PROBLEM: From the records below, output exactly the lines running from the line containing "f 152 217 220" through the line containing "f 242 240 243", and no others.

INFORMATION PROVIDED:
==========
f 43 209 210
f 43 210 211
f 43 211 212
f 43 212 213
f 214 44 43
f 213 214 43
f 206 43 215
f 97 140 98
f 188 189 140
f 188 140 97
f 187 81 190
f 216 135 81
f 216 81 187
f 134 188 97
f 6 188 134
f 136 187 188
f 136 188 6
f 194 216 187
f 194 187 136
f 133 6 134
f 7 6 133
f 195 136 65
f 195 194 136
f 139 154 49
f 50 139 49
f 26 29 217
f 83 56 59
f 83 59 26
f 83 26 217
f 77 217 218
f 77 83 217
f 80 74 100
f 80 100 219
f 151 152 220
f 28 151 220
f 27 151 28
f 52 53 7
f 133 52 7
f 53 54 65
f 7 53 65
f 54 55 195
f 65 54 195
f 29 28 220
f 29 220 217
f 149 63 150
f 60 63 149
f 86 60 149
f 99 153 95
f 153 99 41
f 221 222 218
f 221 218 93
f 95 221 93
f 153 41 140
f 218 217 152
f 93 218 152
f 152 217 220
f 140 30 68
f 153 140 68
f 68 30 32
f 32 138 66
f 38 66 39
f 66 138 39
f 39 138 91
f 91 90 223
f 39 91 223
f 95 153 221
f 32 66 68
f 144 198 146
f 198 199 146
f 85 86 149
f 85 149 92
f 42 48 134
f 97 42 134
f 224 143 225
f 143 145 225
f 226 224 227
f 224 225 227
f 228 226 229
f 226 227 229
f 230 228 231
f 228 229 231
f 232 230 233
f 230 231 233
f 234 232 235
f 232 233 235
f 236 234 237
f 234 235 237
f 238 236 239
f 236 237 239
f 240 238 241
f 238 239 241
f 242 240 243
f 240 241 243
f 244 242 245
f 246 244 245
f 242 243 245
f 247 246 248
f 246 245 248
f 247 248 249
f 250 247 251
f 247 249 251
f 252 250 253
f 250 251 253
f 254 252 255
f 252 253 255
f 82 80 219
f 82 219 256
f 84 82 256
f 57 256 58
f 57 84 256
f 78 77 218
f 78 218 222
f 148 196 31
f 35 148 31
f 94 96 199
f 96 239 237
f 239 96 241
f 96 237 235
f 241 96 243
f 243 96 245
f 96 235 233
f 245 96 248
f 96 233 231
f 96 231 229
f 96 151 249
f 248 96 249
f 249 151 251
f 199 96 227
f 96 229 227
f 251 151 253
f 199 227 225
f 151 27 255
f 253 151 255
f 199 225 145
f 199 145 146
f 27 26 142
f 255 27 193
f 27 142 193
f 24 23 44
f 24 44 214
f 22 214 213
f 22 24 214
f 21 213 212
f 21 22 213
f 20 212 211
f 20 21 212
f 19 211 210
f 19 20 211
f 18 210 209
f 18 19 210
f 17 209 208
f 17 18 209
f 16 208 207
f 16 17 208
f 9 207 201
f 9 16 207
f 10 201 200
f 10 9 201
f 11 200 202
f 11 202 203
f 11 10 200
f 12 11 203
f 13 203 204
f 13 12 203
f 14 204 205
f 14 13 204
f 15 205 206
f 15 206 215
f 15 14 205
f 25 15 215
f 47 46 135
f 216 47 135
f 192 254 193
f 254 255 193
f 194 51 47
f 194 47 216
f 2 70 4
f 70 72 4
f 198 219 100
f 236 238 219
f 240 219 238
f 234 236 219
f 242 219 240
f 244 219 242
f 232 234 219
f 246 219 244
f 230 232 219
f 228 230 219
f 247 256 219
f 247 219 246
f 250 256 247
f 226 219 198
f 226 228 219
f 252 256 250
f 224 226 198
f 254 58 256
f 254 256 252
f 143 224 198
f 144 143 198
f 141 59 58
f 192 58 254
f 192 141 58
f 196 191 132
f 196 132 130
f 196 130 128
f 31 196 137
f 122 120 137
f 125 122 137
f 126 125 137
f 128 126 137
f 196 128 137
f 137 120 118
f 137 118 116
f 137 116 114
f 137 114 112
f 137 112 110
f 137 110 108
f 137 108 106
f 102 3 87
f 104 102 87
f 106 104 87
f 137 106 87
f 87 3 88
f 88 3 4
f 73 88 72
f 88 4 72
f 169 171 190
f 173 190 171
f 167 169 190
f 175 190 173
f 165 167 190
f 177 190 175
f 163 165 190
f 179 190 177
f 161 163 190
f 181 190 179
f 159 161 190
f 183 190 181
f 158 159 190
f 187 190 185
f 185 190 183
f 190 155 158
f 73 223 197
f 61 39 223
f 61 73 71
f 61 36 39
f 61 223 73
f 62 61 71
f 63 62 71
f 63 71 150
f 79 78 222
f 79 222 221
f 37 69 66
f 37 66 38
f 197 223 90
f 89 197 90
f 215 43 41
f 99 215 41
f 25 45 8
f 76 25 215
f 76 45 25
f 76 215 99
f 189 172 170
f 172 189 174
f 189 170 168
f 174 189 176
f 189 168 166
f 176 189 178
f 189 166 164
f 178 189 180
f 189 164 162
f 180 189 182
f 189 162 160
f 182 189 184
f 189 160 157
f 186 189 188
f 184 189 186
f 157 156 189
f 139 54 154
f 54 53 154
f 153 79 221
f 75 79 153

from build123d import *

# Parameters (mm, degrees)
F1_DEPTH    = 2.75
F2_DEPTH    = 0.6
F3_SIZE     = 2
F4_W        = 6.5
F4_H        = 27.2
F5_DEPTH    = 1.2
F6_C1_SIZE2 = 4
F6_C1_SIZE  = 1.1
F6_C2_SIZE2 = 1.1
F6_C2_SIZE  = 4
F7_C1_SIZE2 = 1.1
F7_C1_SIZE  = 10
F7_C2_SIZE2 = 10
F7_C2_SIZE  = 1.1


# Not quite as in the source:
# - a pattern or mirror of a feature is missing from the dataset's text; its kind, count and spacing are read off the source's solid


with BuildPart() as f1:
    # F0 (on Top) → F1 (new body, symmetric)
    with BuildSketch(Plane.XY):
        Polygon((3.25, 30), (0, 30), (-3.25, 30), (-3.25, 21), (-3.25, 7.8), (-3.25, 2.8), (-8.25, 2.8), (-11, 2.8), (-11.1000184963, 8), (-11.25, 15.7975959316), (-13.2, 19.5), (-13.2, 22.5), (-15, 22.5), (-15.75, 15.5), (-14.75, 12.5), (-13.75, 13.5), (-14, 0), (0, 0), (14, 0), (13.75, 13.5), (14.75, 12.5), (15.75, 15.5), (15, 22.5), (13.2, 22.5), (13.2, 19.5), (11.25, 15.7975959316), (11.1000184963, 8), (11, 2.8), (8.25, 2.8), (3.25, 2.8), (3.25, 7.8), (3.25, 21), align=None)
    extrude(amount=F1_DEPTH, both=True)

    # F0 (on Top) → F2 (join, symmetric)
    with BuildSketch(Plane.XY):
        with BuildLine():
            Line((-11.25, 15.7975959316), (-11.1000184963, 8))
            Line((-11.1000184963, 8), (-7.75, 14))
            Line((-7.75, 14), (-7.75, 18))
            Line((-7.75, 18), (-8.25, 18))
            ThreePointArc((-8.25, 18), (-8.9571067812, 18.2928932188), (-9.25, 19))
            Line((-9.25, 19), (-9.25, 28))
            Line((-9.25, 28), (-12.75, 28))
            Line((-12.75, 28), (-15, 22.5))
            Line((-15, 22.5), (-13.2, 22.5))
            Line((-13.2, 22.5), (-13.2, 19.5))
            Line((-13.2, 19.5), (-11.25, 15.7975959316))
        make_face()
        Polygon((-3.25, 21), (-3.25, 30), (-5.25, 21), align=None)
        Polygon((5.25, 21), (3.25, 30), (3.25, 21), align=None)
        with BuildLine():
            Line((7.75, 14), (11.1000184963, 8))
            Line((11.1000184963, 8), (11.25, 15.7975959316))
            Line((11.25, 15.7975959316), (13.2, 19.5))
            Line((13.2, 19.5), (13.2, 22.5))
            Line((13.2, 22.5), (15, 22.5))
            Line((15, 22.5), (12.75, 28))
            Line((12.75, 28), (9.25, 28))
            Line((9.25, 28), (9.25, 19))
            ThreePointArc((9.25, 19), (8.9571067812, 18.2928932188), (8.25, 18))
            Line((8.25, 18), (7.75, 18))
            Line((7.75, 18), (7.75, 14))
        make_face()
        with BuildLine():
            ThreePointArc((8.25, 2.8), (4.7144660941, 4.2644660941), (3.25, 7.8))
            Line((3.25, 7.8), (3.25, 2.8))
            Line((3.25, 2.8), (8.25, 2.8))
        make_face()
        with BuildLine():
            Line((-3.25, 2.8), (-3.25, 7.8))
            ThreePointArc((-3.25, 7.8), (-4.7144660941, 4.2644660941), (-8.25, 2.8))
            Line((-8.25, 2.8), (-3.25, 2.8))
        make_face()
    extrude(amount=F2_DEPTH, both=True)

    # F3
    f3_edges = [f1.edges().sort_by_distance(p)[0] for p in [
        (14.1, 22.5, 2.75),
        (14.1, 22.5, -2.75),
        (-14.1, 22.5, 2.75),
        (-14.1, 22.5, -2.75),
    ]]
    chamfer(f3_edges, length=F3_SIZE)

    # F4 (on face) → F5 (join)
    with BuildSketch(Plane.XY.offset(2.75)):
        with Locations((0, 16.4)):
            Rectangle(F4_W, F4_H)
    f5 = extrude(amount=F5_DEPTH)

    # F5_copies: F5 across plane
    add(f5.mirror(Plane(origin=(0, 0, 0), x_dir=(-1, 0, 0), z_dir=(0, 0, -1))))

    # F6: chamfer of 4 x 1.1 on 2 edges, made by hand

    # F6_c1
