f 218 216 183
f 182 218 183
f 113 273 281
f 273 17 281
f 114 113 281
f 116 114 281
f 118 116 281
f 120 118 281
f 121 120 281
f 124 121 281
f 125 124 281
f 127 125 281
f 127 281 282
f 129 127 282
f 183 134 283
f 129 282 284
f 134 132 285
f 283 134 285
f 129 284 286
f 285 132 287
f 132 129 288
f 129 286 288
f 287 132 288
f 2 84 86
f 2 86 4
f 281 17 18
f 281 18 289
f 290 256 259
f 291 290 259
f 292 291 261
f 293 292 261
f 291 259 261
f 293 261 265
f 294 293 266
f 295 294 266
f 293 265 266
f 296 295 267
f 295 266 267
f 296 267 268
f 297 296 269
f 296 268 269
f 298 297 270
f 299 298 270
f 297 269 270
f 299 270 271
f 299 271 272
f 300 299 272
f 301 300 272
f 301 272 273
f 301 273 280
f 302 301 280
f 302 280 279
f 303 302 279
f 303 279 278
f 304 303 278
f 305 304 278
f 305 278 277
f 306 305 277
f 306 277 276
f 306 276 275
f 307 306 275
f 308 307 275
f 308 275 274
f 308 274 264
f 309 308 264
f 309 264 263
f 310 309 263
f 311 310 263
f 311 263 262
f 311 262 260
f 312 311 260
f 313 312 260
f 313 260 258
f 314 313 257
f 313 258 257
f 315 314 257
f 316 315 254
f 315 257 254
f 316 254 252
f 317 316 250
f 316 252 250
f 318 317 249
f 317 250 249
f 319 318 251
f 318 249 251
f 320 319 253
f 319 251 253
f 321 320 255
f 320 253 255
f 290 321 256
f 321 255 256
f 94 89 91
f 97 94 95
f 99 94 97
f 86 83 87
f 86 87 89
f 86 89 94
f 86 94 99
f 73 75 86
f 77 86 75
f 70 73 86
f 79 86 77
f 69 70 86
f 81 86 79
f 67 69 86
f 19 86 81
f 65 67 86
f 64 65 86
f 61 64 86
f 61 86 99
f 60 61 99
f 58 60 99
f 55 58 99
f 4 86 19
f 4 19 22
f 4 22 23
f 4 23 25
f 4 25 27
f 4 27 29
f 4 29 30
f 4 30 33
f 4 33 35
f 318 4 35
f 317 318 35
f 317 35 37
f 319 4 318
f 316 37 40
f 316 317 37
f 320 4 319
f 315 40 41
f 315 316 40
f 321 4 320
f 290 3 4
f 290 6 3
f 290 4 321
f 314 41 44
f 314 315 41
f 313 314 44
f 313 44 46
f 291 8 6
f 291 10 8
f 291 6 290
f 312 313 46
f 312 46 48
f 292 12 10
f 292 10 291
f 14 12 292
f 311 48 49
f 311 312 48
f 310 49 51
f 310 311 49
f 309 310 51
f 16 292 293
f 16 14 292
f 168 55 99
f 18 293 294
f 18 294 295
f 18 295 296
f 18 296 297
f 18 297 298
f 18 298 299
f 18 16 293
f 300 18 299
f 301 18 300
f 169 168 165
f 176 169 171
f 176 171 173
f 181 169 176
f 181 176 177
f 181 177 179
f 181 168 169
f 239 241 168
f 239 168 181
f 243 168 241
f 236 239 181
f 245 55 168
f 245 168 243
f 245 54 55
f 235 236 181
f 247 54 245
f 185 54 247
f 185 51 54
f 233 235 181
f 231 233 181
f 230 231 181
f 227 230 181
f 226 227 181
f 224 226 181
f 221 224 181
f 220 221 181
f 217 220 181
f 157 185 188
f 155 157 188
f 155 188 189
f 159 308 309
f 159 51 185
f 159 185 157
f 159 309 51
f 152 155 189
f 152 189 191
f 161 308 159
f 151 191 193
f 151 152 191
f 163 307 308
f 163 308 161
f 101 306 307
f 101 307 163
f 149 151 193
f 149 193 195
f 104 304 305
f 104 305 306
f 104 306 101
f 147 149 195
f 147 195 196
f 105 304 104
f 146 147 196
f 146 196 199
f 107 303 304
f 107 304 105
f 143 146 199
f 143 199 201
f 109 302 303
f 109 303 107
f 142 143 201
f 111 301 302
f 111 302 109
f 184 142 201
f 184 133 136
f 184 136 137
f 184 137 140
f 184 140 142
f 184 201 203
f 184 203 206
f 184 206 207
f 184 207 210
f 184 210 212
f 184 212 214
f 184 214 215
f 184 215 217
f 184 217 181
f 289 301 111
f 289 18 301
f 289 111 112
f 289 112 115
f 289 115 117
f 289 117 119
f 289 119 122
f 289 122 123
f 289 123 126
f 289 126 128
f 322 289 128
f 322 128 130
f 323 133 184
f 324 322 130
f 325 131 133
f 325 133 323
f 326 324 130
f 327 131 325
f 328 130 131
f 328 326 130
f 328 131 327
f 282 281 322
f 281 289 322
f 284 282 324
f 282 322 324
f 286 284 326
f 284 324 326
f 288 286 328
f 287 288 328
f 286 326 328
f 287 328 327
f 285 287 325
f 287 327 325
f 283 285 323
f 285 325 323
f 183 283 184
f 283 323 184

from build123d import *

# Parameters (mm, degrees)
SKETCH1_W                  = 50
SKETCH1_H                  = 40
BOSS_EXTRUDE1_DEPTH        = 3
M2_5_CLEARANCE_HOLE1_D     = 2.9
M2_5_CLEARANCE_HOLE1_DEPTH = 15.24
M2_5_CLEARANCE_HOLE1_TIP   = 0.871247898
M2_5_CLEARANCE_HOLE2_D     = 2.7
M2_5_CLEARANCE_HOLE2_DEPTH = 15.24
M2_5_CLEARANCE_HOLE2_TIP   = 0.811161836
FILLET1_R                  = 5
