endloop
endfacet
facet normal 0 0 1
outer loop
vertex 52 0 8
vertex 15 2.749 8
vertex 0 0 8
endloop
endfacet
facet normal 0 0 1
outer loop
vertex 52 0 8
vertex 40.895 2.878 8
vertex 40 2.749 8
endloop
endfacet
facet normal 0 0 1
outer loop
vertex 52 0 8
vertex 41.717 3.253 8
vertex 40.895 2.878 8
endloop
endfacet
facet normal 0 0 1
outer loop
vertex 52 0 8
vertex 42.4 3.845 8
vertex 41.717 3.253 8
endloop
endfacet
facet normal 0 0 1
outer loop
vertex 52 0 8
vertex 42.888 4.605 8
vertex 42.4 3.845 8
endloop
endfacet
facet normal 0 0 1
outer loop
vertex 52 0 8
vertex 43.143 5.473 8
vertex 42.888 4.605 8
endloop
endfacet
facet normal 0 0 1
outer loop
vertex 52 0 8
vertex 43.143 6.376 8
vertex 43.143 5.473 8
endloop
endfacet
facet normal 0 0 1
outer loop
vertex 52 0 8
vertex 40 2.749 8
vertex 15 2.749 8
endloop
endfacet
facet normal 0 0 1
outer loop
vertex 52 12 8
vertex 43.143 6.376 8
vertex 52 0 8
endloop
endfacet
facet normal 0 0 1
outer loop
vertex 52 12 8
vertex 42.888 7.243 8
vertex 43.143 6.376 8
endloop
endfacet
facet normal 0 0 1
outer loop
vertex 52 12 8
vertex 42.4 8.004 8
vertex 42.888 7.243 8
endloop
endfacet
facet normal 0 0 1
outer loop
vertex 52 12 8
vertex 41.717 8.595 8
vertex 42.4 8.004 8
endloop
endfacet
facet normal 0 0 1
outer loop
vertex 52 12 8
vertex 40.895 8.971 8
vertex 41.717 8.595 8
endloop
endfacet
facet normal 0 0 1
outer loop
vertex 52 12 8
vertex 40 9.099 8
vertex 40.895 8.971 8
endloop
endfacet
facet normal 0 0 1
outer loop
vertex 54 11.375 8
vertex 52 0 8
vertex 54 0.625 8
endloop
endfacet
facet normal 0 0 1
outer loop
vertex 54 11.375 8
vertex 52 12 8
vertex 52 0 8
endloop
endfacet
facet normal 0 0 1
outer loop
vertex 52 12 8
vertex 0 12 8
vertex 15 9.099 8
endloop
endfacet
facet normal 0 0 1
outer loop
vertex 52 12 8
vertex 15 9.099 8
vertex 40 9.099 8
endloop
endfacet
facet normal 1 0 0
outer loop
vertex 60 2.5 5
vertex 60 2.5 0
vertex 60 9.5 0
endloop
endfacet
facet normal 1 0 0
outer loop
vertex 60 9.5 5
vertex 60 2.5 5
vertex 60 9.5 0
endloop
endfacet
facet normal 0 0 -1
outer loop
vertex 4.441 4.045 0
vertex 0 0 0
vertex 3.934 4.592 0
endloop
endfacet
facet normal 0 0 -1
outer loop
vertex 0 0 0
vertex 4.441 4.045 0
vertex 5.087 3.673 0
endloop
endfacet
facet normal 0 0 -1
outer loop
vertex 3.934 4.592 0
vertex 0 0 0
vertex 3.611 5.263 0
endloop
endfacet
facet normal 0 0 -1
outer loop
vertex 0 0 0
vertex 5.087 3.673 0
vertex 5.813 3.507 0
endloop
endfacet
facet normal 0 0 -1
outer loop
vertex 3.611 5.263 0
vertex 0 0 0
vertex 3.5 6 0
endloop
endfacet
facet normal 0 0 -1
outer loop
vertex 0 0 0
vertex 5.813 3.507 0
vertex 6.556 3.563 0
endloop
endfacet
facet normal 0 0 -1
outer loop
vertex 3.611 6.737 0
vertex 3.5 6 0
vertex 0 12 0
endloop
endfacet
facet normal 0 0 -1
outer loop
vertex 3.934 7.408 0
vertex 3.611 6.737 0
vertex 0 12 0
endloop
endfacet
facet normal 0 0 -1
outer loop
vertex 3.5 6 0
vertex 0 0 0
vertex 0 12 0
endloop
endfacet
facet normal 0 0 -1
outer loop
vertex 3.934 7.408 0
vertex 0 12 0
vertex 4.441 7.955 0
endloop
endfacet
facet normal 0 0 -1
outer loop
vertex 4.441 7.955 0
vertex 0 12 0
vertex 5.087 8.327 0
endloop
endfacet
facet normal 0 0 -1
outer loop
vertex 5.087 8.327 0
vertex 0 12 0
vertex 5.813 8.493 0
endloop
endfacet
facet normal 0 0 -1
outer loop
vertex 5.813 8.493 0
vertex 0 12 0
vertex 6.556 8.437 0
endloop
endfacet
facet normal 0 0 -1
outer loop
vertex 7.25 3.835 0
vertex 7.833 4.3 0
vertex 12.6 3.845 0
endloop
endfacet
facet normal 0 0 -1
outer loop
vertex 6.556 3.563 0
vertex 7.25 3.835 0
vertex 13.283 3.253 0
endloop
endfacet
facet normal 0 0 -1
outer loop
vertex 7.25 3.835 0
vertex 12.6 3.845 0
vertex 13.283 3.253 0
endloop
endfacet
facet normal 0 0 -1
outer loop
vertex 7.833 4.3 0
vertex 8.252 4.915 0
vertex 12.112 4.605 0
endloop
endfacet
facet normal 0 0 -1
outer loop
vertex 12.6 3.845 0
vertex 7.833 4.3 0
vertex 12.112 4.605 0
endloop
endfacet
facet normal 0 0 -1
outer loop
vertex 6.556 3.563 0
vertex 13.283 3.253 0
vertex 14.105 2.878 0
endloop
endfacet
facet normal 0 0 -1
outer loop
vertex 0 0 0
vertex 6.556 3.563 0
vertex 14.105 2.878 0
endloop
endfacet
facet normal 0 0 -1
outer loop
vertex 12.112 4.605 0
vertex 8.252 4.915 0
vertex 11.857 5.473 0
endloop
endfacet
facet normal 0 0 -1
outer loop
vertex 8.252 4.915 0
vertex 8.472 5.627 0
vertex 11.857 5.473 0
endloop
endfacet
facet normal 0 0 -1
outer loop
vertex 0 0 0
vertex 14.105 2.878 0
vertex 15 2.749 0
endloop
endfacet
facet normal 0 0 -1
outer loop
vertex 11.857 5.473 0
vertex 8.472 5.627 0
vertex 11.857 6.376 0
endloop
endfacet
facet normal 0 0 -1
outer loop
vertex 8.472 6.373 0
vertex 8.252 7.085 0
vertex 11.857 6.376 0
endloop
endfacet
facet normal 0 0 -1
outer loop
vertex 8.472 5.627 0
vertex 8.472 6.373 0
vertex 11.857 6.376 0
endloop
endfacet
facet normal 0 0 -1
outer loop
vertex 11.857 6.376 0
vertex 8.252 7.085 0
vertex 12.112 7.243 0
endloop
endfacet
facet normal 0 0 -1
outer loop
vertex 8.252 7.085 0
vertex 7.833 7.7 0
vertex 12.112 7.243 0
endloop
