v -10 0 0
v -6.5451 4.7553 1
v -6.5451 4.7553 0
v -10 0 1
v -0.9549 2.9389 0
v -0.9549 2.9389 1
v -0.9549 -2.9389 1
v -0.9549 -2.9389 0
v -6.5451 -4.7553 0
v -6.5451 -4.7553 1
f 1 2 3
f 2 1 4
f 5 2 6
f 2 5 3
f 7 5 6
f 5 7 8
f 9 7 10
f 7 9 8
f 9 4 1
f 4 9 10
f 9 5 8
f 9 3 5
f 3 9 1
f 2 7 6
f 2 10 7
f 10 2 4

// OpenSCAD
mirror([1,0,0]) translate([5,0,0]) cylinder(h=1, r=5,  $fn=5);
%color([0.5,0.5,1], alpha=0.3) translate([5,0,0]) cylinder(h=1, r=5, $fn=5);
==========
OUTPUT OF THE TASK:
f 152 217 220
f 140 30 68
f 153 140 68
f 68 30 32
f 32 138 66
f 38 66 39
f 66 138 39
f 39 138 91
f 91 90 223
f 39 91 223
f 95 153 221
f 32 66 68
f 144 198 146
f 198 199 146
f 85 86 149
f 85 149 92
f 42 48 134
f 97 42 134
f 224 143 225
f 143 145 225
f 226 224 227
f 224 225 227
f 228 226 229
f 226 227 229
f 230 228 231
f 228 229 231
f 232 230 233
f 230 231 233
f 234 232 235
f 232 233 235
f 236 234 237
f 234 235 237
f 238 236 239
f 236 237 239
f 240 238 241
f 238 239 241
f 242 240 243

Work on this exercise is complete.